EXCERPTED RECORDS: Begin

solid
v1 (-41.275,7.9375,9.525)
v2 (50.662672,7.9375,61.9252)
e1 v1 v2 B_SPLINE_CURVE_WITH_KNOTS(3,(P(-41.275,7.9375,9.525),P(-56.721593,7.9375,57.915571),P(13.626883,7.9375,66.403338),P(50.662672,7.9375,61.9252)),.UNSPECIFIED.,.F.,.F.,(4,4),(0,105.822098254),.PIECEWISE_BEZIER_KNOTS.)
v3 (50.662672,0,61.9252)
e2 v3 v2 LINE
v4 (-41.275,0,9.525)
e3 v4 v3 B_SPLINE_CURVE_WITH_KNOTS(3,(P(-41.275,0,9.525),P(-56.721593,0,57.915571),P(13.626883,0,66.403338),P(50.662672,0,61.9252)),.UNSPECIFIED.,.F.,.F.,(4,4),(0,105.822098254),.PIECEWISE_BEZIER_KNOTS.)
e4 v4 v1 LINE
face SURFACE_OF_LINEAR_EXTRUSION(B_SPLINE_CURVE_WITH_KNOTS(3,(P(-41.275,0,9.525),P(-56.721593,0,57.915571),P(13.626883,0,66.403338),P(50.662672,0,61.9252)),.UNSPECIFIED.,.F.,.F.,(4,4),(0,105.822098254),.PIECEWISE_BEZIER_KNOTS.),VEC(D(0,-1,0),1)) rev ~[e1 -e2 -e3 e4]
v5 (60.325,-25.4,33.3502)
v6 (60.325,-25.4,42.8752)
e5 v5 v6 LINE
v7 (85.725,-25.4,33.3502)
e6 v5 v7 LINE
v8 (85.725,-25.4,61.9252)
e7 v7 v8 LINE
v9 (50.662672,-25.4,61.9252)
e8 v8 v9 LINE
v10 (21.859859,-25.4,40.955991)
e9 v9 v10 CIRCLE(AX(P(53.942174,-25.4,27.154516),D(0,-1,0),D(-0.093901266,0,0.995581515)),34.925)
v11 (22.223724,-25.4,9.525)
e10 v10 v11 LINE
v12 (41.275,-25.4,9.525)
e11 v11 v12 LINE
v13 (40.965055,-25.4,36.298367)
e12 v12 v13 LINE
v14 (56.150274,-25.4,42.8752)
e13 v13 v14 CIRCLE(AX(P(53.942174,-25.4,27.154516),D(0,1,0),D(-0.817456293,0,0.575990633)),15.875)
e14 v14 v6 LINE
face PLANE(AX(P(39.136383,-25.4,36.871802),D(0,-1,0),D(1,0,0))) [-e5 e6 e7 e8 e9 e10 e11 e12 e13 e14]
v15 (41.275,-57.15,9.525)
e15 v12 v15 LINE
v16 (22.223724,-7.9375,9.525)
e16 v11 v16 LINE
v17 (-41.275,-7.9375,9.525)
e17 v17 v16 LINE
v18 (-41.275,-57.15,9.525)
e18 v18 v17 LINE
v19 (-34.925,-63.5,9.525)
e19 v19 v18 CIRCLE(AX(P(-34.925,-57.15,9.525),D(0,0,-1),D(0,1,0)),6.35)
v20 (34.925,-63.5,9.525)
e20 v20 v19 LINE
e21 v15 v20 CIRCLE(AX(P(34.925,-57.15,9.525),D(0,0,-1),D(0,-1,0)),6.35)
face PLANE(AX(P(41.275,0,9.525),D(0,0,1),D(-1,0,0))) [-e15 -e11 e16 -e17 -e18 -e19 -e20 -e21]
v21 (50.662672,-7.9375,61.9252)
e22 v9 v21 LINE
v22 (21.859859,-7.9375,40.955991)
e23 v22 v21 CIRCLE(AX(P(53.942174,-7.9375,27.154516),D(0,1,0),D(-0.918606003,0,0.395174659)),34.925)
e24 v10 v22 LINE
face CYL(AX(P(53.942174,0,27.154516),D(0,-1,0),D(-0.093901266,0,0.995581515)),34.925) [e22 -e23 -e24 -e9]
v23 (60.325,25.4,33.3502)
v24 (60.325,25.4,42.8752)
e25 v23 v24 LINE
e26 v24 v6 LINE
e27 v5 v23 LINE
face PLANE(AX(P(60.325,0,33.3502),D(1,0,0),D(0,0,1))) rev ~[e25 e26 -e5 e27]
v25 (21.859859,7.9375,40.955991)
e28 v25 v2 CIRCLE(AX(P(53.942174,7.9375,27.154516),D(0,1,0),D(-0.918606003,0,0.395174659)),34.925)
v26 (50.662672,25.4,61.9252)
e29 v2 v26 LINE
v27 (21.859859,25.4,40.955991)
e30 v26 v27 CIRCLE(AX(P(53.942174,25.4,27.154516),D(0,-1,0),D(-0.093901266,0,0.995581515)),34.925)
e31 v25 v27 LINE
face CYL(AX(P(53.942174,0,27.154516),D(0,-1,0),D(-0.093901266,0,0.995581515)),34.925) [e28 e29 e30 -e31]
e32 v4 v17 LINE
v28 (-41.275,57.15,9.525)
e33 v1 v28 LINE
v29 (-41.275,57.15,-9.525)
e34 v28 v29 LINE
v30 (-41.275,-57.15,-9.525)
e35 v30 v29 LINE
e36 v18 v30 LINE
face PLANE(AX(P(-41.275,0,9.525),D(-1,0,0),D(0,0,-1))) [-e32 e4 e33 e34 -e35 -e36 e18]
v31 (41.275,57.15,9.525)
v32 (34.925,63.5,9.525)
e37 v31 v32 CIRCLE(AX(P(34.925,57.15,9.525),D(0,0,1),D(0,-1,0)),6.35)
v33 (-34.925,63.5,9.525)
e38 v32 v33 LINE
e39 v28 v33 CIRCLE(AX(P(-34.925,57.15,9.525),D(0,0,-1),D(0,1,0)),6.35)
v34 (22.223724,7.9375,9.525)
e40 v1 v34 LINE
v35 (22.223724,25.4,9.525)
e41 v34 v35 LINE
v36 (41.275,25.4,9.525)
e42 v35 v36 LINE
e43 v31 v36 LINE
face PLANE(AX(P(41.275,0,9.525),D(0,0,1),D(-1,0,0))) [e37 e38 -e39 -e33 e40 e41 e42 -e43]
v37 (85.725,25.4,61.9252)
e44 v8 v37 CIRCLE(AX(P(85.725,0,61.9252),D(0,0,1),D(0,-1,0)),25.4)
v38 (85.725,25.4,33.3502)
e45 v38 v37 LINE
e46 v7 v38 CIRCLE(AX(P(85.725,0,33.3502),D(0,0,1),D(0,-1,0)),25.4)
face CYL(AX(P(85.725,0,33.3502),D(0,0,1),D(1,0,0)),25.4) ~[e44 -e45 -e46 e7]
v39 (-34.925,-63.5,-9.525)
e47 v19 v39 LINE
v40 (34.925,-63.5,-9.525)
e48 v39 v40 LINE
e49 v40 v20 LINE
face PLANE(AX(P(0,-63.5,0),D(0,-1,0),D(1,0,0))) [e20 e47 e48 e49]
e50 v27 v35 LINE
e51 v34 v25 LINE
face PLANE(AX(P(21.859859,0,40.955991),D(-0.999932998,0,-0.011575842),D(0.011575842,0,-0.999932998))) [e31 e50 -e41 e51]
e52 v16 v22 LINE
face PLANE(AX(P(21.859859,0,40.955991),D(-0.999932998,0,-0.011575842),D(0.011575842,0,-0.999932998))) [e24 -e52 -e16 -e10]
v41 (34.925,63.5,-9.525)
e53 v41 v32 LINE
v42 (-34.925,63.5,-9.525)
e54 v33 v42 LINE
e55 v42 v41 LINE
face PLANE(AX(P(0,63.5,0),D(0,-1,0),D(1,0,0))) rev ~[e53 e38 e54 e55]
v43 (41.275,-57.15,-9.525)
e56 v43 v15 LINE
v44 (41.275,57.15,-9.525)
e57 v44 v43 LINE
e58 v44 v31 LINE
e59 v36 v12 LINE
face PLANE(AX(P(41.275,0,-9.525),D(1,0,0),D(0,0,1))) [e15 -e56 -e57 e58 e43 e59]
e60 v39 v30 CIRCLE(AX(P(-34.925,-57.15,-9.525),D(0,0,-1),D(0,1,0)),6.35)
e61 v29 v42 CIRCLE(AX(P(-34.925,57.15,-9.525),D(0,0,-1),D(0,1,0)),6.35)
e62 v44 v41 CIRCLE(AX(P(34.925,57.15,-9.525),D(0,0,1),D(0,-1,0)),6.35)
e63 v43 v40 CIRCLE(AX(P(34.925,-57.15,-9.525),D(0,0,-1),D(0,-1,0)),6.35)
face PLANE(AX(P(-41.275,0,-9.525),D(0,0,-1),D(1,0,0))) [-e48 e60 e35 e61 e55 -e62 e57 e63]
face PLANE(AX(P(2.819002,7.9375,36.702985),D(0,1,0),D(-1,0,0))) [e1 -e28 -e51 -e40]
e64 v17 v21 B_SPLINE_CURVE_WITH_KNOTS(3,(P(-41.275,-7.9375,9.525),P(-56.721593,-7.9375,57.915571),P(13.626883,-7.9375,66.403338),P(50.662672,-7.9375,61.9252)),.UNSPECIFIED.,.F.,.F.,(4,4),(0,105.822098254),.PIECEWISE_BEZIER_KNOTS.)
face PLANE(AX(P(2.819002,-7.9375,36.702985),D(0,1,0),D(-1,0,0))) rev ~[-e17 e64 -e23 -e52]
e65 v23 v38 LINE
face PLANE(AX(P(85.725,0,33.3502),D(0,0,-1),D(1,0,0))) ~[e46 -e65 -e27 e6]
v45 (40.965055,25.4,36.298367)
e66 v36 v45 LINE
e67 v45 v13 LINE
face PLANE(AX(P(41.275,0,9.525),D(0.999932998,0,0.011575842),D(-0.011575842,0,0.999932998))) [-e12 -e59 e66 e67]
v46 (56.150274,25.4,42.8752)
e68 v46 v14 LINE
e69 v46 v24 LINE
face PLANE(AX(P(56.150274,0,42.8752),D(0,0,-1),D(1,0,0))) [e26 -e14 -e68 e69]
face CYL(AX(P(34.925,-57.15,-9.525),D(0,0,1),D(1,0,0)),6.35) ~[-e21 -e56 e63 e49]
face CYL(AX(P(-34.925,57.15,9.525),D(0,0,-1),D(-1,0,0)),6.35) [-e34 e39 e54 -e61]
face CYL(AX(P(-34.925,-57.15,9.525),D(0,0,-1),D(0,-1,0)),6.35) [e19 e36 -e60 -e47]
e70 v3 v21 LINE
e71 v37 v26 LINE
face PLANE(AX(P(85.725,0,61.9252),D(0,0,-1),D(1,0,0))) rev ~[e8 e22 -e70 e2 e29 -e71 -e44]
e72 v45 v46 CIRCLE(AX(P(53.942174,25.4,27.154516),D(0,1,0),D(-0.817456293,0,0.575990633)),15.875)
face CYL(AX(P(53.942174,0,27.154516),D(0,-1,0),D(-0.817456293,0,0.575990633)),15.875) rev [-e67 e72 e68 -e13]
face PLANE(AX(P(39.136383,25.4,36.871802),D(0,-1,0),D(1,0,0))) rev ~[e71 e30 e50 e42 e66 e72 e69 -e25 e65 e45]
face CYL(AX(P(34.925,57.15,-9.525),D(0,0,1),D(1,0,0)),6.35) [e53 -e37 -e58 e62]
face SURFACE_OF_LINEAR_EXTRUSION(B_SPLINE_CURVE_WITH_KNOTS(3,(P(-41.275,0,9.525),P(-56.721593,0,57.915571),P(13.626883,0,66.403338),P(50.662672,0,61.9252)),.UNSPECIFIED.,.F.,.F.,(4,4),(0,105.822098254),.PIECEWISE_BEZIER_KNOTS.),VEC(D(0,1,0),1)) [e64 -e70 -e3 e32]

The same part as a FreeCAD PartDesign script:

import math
import FreeCAD as App
import Part
import Sketcher
Q = App.Units.Quantity


def edges_at(feature, points):
    """Names of the edges that pass closest to the given points."""
    edges = feature.Shape.Edges
    near = lambda p: min(range(len(edges)), key=lambda i: edges[i].distToShape(Part.Vertex(*p))[0])
    return sorted({f"Edge{near(p) + 1}" for p in points})

doc = App.newDocument("Part")
body = doc.addObject("PartDesign::Body", "Body")

# Sketch on XZ plane
sketch1 = body.newObject("Sketcher::SketchObject", "Sketch")
sketch1.AttachmentSupport = (doc.getObject("XZ_Plane"), [""])
sketch1.MapMode = "FlatFace"
sketch1.addGeometry(Part.LineSegment(App.Vector(-41, -10, 0), App.Vector(41, -10, 0)), False)
sketch1.addGeometry(Part.LineSegment(App.Vector(41, -10, 0), App.Vector(41, 10, 0)), False)
sketch1.addGeometry(Part.LineSegment(App.Vector(41, 10, 0), App.Vector(-41, 10, 0)), False)
sketch1.addGeometry(Part.LineSegment(App.Vector(-41, 10, 0), App.Vector(-41, -10, 0)), False)
sketch1.addConstraint(Sketcher.Constraint("Coincident", 0, 2, 1, 1))
sketch1.addConstraint(Sketcher.Constraint("Coincident", 1, 2, 2, 1))
sketch1.addConstraint(Sketcher.Constraint("Coincident", 2, 2, 3, 1))
sketch1.addConstraint(Sketcher.Constraint("Coincident", 3, 2, 0, 1))
sketch1.addConstraint(Sketcher.Constraint("Horizontal", 0))
sketch1.addConstraint(Sketcher.Constraint("Vertical", 1))
sketch1.addConstraint(Sketcher.Constraint("Horizontal", 2))
sketch1.addConstraint(Sketcher.Constraint("Vertical", 3))
sketch1.addConstraint(Sketcher.Constraint("Symmetric", 0, 2, 2, 2, -1, 1))
sketch1.addConstraint(Sketcher.Constraint("DistanceX", 0, 1, 0, 2, Q("3.25 in")))
sketch1.addConstraint(Sketcher.Constraint("DistanceY", 1, 1, 1, 2, Q("0.75 in")))
pad1 = body.newObject("PartDesign::Pad", "Pad")
pad1.Profile = sketch1
pad1.Length = Q("5 in")
pad1.Midplane = True

# Sketch on XZ plane
sketch2 = body.newObject("Sketcher::SketchObject", "Sketch001")
sketch2.AttachmentSupport = (doc.getObject("XZ_Plane"), [""])
sketch2.MapMode = "FlatFace"
sketch2.addGeometry(Part.LineSegment(App.Vector(22.2, 9.5, 0), App.Vector(41.3, 9.5, 0)), False)
sketch2.addGeometry(Part.LineSegment(App.Vector(41.3, 9.5, 0), App.Vector(41, 36.3, 0)), False)
sketch2.addGeometry(Part.ArcOfCircle(Part.Circle(App.Vector(53.9, 27.2, 0), App.Vector(0, 0, 1), 15.9), math.radians(82), math.radians(145)), False)
sketch2.addGeometry(Part.LineSegment(App.Vector(56.2, 42.9, 0), App.Vector(60.3, 42.9, 0)), False)
sketch2.addGeometry(Part.LineSegment(App.Vector(60.3, 42.9, 0), App.Vector(60.3, 33.4, 0)), False)
sketch2.addGeometry(Part.LineSegment(App.Vector(60.3, 33.4, 0), App.Vector(85.7, 33.4, 0)), False)
sketch2.addGeometry(Part.LineSegment(App.Vector(85.7, 33.4, 0), App.Vector(85.7, 61.9, 0)), False)
sketch2.addGeometry(Part.LineSegment(App.Vector(85.7, 61.9, 0), App.Vector(50.7, 61.9, 0)), False)
sketch2.addGeometry(Part.ArcOfCircle(Part.Circle(App.Vector(53.9, 27.2, 0), App.Vector(0, 0, 1), 34.9), math.radians(95), math.radians(157)), False)
sketch2.addGeometry(Part.LineSegment(App.Vector(21.9, 41, 0), App.Vector(22.2, 9.5, 0)), False)
sketch2.addConstraint(Sketcher.Constraint("Coincident", 0, 2, 1, 1))
sketch2.addConstraint(Sketcher.Constraint("Coincident", 1, 2, 2, 2))
sketch2.addConstraint(Sketcher.Constraint("Coincident", 2, 1, 3, 1))
sketch2.addConstraint(Sketcher.Constraint("Coincident", 3, 2, 4, 1))
sketch2.addConstraint(Sketcher.Constraint("Coincident", 4, 2, 5, 1))
sketch2.addConstraint(Sketcher.Constraint("Coincident", 5, 2, 6, 1))
sketch2.addConstraint(Sketcher.Constraint("Coincident", 6, 2, 7, 1))
sketch2.addConstraint(Sketcher.Constraint("Coincident", 7, 2, 8, 1))
sketch2.addConstraint(Sketcher.Constraint("Coincident", 8, 2, 9, 1))
sketch2.addConstraint(Sketcher.Constraint("Coincident", 9, 2, 0, 1))
sketch2.addConstraint(Sketcher.Constraint("Horizontal", 0))
sketch2.addConstraint(Sketcher.Constraint("Horizontal", 3))
sketch2.addConstraint(Sketcher.Constraint("Vertical", 4))
sketch2.addConstraint(Sketcher.Constraint("Horizontal", 5))
sketch2.addConstraint(Sketcher.Constraint("Vertical", 6))
sketch2.addConstraint(Sketcher.Constraint("Horizontal", 7))
sketch2.addConstraint(Sketcher.Constraint("Coincident", 8, 3, 2, 3))
sketch2.addConstraint(Sketcher.Constraint("Parallel", 1, 9))
sketch2.addConstraint(Sketcher.Constraint("DistanceX", 5, 1, 5, 2, Q("1 in")))
sketch2.addConstraint(Sketcher.Constraint("Radius", 2, Q("0.625 in")))
sketch2.addConstraint(Sketcher.Constraint("Radius", 8, Q("1.375 in")))
sketch2.addConstraint(Sketcher.Constraint("DistanceY", 4, 2, 4, 1, Q("0.375 in")))
sketch2.addConstraint(Sketcher.Constraint("DistanceY", 6, 1, 6, 2, Q("1.125 in")))
sketch2.addConstraint(Sketcher.Constraint("DistanceX", 0, 2, 3, 2, Q("0.75 in")))
sketch2.addConstraint(Sketcher.Constraint("DistanceX", -1, 1, 0, 2, Q("1.625 in")))
sketch2.addConstraint(Sketcher.Constraint("DistanceY", -1, 1, 0, 2, Q("0.375 in")))
sketch2.addConstraint(Sketcher.Constraint("DistanceY", -1, 1, 2, 1, Q("1.688 in")))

EXCERPTED RECORDS: End

* [WORK INSTRUCTION]
Starting with the line above that holds "e61 v29 v42" and stopping with the line that holds "e72 v45 v46", reproduce each line exactly, omitting all other lines.

* [RESULT OF THE TASK]
e61 v29 v42 CIRCLE(AX(P(-34.925,57.15,-9.525),D(0,0,-1),D(0,1,0)),6.35)
e62 v44 v41 CIRCLE(AX(P(34.925,57.15,-9.525),D(0,0,1),D(0,-1,0)),6.35)
e63 v43 v40 CIRCLE(AX(P(34.925,-57.15,-9.525),D(0,0,-1),D(0,-1,0)),6.35)
face PLANE(AX(P(-41.275,0,-9.525),D(0,0,-1),D(1,0,0))) [-e48 e60 e35 e61 e55 -e62 e57 e63]
face PLANE(AX(P(2.819002,7.9375,36.702985),D(0,1,0),D(-1,0,0))) [e1 -e28 -e51 -e40]
e64 v17 v21 B_SPLINE_CURVE_WITH_KNOTS(3,(P(-41.275,-7.9375,9.525),P(-56.721593,-7.9375,57.915571),P(13.626883,-7.9375,66.403338),P(50.662672,-7.9375,61.9252)),.UNSPECIFIED.,.F.,.F.,(4,4),(0,105.822098254),.PIECEWISE_BEZIER_KNOTS.)
face PLANE(AX(P(2.819002,-7.9375,36.702985),D(0,1,0),D(-1,0,0))) rev ~[-e17 e64 -e23 -e52]
e65 v23 v38 LINE
face PLANE(AX(P(85.725,0,33.3502),D(0,0,-1),D(1,0,0))) ~[e46 -e65 -e27 e6]
v45 (40.965055,25.4,36.298367)
e66 v36 v45 LINE
e67 v45 v13 LINE
face PLANE(AX(P(41.275,0,9.525),D(0.999932998,0,0.011575842),D(-0.011575842,0,0.999932998))) [-e12 -e59 e66 e67]
v46 (56.150274,25.4,42.8752)
e68 v46 v14 LINE
e69 v46 v24 LINE
face PLANE(AX(P(56.150274,0,42.8752),D(0,0,-1),D(1,0,0))) [e26 -e14 -e68 e69]
face CYL(AX(P(34.925,-57.15,-9.525),D(0,0,1),D(1,0,0)),6.35) ~[-e21 -e56 e63 e49]
face CYL(AX(P(-34.925,57.15,9.525),D(0,0,-1),D(-1,0,0)),6.35) [-e34 e39 e54 -e61]
face CYL(AX(P(-34.925,-57.15,9.525),D(0,0,-1),D(0,-1,0)),6.35) [e19 e36 -e60 -e47]
e70 v3 v21 LINE
e71 v37 v26 LINE
face PLANE(AX(P(85.725,0,61.9252),D(0,0,-1),D(1,0,0))) rev ~[e8 e22 -e70 e2 e29 -e71 -e44]
e72 v45 v46 CIRCLE(AX(P(53.942174,25.4,27.154516),D(0,1,0),D(-0.817456293,0,0.575990633)),15.875)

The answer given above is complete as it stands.